[[ EXERCISE INPUT, beginning ]]

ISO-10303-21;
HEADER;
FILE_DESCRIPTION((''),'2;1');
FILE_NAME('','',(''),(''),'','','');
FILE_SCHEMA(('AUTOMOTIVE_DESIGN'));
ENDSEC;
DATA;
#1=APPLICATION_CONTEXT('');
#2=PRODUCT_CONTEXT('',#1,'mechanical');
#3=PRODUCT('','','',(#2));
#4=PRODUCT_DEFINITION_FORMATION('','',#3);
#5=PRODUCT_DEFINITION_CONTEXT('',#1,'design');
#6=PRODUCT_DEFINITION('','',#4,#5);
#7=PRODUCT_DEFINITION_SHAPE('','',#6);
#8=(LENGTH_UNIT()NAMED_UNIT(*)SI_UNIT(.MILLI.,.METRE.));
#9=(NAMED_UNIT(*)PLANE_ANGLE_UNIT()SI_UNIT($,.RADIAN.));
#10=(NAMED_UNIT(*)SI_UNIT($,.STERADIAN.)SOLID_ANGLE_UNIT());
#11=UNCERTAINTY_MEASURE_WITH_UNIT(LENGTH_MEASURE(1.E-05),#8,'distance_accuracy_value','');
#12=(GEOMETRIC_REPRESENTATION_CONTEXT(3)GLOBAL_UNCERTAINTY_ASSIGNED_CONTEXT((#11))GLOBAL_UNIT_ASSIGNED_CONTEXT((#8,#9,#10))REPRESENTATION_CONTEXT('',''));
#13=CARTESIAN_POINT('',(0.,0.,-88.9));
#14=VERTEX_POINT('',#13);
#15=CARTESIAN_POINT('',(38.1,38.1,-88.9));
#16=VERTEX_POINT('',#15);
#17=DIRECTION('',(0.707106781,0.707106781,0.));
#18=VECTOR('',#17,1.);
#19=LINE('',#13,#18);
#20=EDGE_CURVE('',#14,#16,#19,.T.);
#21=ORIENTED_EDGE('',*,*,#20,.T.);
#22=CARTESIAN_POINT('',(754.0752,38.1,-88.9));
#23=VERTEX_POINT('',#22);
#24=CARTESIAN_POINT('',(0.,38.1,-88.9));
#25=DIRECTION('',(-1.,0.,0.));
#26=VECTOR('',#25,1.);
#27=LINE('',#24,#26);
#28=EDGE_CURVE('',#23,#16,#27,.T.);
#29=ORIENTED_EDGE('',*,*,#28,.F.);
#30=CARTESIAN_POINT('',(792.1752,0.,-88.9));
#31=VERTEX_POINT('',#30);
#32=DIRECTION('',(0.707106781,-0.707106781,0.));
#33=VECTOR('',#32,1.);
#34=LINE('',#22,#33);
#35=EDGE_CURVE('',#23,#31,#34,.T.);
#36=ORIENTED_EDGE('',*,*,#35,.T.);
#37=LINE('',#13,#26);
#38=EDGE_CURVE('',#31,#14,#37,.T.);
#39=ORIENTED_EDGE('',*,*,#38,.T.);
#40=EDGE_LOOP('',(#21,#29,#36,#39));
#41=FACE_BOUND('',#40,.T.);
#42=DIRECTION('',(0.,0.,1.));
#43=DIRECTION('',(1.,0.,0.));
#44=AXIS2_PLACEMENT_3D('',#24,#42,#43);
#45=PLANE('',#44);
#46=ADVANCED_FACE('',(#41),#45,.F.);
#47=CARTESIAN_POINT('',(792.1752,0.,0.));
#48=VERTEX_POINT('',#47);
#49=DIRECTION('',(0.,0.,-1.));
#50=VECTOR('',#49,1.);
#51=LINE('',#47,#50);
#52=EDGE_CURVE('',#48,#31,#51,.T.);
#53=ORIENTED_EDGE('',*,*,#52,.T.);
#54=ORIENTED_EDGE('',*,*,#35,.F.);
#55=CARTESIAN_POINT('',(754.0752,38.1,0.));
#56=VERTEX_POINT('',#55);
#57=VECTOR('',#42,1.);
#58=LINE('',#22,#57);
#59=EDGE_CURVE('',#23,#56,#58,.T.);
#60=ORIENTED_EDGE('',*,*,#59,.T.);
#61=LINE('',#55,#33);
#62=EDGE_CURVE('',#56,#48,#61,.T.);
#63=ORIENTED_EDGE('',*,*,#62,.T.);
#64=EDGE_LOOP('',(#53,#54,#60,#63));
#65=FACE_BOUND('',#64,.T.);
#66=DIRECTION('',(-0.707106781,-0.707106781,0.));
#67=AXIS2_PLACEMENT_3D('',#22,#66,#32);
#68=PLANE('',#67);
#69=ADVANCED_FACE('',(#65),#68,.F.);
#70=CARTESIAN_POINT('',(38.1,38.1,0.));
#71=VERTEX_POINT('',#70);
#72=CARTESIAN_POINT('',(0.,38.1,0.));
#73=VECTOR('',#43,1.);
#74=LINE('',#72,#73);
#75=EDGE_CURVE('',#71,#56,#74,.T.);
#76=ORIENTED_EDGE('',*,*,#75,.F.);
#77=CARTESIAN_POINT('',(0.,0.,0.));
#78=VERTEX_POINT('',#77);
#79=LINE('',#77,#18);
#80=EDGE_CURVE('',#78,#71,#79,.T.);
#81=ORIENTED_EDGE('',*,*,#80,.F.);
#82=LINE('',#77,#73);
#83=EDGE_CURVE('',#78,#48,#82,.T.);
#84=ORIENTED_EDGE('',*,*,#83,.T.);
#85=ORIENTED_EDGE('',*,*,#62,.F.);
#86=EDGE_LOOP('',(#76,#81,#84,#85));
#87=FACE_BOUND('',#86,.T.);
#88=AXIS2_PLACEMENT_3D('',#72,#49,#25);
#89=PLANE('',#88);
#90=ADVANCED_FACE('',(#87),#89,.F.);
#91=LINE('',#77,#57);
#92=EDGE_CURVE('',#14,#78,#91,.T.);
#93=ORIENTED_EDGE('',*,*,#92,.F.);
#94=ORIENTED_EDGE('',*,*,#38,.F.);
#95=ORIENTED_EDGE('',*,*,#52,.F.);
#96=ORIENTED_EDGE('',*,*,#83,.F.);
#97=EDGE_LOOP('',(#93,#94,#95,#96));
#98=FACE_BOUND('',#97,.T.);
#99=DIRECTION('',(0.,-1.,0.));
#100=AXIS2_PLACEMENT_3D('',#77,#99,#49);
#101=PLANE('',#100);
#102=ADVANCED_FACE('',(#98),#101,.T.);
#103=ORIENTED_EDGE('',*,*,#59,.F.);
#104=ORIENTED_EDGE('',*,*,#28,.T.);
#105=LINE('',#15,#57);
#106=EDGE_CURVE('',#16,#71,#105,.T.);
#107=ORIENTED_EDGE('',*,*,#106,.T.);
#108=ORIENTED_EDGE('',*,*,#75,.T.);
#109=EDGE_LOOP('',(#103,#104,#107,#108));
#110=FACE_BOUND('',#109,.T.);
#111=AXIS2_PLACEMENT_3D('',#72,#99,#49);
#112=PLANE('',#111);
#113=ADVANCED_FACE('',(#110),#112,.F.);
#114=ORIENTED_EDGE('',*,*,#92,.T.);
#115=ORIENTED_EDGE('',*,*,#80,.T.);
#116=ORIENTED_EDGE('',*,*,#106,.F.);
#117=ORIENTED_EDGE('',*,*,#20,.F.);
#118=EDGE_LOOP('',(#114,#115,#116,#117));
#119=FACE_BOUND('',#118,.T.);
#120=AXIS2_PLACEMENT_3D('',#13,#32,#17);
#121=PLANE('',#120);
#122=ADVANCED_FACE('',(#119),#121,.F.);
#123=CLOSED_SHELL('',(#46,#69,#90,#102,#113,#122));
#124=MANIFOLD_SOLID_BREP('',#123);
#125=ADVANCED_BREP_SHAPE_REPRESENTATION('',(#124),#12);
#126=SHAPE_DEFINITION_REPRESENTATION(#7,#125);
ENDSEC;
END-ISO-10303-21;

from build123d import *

# Parameters (mm, degrees)
SKETCH1_W           = 792.1752
SKETCH1_H           = 88.9
BOSS_EXTRUDE1_DEPTH = 38.1
CUT_EXTRUDE1_DEPTH  = 89.9


with BuildPart() as part:
    # Sketch1 → Boss-Extrude1 (new body)
    with BuildSketch(Plane(origin=(0, 0, 0), x_dir=(1, 0, 0), z_dir=(0, 1, 0))):
        with Locations((396.0876, 44.45)):
            Rectangle(SKETCH1_W, SKETCH1_H)
    extrude(amount=BOSS_EXTRUDE1_DEPTH)

    # Sketch2 → Cut-Extrude1 (cut, through all)
    with BuildSketch(Plane.XY):
        Polygon((0, 0), (38.1, 38.1), (0, 38.1), align=None)
        Polygon((792.1752, 0), (792.1752, 38.1), (754.0752, 38.1), align=None)
    extrude(amount=-CUT_EXTRUDE1_DEPTH, mode=Mode.SUBTRACT)


solid = part.part
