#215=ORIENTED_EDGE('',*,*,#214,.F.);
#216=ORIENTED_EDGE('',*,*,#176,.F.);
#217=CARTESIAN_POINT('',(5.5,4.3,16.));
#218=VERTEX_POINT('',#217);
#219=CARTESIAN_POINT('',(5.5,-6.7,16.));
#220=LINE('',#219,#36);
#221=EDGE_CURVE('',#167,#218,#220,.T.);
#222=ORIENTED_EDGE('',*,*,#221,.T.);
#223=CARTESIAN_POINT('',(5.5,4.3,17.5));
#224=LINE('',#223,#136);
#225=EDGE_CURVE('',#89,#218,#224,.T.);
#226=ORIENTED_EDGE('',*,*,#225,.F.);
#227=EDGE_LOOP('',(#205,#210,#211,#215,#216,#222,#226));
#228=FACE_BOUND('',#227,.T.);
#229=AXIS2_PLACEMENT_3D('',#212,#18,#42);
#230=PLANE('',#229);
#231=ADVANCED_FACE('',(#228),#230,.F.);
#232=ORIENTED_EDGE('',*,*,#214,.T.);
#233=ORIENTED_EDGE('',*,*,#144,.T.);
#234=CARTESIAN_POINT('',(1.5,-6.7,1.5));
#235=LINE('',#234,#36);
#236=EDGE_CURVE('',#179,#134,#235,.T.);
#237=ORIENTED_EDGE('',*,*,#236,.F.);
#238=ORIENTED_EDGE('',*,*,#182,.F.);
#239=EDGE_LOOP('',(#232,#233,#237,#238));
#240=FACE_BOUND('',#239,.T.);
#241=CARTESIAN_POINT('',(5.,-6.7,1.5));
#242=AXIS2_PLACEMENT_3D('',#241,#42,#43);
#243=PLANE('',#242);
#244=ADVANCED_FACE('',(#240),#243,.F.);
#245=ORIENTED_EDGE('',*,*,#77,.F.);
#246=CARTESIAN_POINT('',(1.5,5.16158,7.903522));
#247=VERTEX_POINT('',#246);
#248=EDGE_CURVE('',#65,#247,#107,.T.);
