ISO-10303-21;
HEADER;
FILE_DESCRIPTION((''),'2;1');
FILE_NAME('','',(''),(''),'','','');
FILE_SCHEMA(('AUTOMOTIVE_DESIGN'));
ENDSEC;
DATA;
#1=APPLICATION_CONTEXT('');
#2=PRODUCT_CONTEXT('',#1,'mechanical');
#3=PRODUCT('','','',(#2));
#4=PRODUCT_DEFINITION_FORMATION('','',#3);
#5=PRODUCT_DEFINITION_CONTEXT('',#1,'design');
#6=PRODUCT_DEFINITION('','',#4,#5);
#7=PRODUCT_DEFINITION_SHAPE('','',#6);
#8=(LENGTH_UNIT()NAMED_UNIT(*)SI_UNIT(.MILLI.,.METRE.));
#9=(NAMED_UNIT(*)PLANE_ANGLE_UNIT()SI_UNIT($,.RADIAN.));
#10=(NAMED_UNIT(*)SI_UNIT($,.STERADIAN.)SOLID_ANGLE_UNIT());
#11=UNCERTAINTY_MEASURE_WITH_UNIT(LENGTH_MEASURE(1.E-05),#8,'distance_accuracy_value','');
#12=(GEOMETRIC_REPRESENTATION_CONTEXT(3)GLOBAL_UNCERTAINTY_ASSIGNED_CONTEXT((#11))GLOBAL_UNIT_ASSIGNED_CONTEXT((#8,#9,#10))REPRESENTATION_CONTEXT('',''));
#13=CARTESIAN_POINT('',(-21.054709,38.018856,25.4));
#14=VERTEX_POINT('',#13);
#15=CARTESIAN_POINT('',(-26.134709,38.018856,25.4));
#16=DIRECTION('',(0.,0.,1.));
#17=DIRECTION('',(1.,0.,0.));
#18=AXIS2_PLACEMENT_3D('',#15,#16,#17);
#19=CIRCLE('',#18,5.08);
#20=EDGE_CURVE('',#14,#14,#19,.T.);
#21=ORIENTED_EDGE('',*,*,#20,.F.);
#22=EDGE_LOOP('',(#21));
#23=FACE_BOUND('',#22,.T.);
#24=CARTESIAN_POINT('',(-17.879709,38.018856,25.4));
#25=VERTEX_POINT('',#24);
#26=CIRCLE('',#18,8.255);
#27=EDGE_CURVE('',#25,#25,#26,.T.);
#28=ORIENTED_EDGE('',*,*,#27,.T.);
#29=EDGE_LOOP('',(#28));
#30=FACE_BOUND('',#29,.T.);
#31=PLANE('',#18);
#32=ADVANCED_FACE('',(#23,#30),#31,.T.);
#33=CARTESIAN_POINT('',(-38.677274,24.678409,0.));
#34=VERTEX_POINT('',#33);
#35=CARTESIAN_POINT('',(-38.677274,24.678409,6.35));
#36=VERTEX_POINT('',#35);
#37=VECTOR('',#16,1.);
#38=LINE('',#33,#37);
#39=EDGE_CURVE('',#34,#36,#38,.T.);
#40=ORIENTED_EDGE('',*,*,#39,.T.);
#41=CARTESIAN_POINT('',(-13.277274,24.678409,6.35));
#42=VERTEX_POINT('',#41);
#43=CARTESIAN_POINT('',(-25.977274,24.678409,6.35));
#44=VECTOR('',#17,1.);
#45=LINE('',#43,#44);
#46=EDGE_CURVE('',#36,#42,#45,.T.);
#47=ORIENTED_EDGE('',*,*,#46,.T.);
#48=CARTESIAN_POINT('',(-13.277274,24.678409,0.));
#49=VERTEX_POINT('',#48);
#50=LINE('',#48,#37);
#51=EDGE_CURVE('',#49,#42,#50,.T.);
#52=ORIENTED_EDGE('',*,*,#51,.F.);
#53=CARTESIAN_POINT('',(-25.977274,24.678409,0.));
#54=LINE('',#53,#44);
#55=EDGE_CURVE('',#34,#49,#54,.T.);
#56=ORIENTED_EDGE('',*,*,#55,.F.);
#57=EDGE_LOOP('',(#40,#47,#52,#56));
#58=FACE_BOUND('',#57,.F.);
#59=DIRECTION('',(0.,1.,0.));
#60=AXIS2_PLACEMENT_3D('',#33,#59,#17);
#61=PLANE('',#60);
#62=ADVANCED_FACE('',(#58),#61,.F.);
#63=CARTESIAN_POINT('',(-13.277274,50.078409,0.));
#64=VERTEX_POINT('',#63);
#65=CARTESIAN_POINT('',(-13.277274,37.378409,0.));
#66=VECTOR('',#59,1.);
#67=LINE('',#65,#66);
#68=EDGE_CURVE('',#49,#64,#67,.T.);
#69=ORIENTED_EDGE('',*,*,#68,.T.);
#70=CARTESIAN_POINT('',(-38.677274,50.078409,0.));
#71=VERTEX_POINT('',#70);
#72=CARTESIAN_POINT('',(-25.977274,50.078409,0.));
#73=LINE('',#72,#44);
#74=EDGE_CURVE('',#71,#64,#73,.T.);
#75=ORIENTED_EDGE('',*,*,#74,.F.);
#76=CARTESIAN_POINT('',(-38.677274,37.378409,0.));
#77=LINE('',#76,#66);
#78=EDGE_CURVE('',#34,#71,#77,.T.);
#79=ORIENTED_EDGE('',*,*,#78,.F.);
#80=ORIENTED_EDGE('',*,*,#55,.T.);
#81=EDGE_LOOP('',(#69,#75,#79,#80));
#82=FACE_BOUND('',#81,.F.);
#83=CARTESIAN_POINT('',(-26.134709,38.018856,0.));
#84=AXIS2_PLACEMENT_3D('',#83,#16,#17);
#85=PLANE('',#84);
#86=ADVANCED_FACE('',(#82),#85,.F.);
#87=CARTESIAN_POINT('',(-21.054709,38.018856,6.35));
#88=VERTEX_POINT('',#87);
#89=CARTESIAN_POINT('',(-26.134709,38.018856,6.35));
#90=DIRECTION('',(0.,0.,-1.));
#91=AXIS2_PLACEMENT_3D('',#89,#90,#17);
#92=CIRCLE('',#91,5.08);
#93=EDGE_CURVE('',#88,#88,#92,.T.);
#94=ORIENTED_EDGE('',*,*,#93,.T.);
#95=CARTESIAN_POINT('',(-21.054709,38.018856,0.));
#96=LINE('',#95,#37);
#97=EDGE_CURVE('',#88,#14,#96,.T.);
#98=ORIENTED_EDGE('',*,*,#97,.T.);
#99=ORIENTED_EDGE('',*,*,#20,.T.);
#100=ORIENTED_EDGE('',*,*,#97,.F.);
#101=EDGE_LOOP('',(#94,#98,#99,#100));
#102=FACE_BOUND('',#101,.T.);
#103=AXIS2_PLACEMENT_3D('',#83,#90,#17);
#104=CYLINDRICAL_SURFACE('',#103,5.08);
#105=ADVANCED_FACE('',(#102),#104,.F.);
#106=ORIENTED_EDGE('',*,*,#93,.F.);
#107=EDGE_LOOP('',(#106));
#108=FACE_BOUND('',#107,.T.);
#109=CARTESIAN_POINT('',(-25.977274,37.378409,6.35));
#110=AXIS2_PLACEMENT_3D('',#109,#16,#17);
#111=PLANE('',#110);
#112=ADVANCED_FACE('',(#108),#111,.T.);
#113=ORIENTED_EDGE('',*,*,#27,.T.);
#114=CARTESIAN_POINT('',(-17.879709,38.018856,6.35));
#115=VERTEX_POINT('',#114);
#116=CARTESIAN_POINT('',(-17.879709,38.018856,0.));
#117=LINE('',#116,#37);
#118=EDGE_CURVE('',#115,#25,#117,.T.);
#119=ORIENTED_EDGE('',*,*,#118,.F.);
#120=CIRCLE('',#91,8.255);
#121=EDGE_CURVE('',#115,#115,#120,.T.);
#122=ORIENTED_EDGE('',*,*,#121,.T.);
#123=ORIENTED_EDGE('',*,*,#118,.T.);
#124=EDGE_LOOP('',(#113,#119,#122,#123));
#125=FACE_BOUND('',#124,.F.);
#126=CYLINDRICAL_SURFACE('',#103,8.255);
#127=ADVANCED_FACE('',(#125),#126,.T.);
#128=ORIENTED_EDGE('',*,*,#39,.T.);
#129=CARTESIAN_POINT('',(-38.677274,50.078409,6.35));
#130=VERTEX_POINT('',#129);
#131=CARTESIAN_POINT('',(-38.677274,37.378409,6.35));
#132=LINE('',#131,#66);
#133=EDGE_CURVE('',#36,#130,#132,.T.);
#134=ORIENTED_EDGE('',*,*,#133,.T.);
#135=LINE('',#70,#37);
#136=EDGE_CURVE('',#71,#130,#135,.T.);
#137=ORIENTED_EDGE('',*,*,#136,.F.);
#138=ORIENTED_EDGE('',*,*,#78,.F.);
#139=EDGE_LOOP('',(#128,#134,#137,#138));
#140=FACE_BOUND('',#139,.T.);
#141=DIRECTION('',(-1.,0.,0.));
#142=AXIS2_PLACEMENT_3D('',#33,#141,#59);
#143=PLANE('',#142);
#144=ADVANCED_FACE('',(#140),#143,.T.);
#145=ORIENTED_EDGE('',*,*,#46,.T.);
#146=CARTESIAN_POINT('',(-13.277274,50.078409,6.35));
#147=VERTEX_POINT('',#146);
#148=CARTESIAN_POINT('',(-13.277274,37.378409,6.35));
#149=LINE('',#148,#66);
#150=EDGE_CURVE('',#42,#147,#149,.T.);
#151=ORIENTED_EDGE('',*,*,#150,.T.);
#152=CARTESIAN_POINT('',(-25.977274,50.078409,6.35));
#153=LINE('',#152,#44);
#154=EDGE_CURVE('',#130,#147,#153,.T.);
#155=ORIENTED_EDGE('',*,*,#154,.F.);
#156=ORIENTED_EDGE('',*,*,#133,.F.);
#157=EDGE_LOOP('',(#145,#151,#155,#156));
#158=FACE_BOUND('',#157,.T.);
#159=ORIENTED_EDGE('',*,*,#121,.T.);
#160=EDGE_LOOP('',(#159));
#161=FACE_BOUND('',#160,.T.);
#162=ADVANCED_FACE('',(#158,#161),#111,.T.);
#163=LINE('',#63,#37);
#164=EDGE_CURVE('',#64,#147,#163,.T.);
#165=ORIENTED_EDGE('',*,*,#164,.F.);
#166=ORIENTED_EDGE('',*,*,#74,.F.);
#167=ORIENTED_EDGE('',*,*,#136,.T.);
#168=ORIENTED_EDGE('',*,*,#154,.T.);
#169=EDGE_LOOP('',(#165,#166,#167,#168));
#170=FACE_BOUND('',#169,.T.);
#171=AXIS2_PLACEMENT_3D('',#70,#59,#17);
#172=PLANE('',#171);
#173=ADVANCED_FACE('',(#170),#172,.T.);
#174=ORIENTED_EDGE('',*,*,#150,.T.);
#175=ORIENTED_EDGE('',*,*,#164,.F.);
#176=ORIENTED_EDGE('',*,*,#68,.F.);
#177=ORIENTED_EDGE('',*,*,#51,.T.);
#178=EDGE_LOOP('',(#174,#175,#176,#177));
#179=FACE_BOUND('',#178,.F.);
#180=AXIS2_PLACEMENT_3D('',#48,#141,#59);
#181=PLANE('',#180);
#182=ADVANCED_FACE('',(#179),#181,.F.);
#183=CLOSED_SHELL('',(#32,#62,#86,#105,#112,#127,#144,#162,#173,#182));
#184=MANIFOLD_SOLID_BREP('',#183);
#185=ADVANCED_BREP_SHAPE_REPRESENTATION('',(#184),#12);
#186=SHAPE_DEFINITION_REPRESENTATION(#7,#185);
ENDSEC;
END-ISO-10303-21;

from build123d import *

# Parameters (mm, degrees)
F0_W     = 25.4
F0_H     = 25.4
F1_DEPTH = 6.35
F2_R     = 8.255
F2_R_2   = 5.08
F3_DEPTH = 25.4


with BuildPart() as f1:
    # F0 (on Top) → F1 (new body)
    with BuildSketch(Plane.XY):
        with Locations((-25.977274, 37.378409)):
            Rectangle(F0_W, F0_H)
    extrude(amount=F1_DEPTH)

    # F2 (on Top) → F3 (join)
    with BuildSketch(Plane.XY):
        with Locations((-26.134709, 38.018856)):
            Circle(F2_R)
        with Locations((-26.134709, 38.018856)):
            Circle(F2_R_2, mode=Mode.SUBTRACT)
    extrude(amount=F3_DEPTH)


solid = f1.part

[[ EXERCISE INPUT, end ]]

TASK OBJECTIVE
In the entries above, find each line with the string "VECTOR" and copy it.

RESPONSE TO THIS EXERCISE
#18=VECTOR('',#17,1.);
#26=VECTOR('',#25,1.);
#33=VECTOR('',#32,1.);
#50=VECTOR('',#49,1.);
#57=VECTOR('',#42,1.);
#73=VECTOR('',#43,1.);
#37=VECTOR('',#16,1.);
#44=VECTOR('',#17,1.);
#66=VECTOR('',#59,1.);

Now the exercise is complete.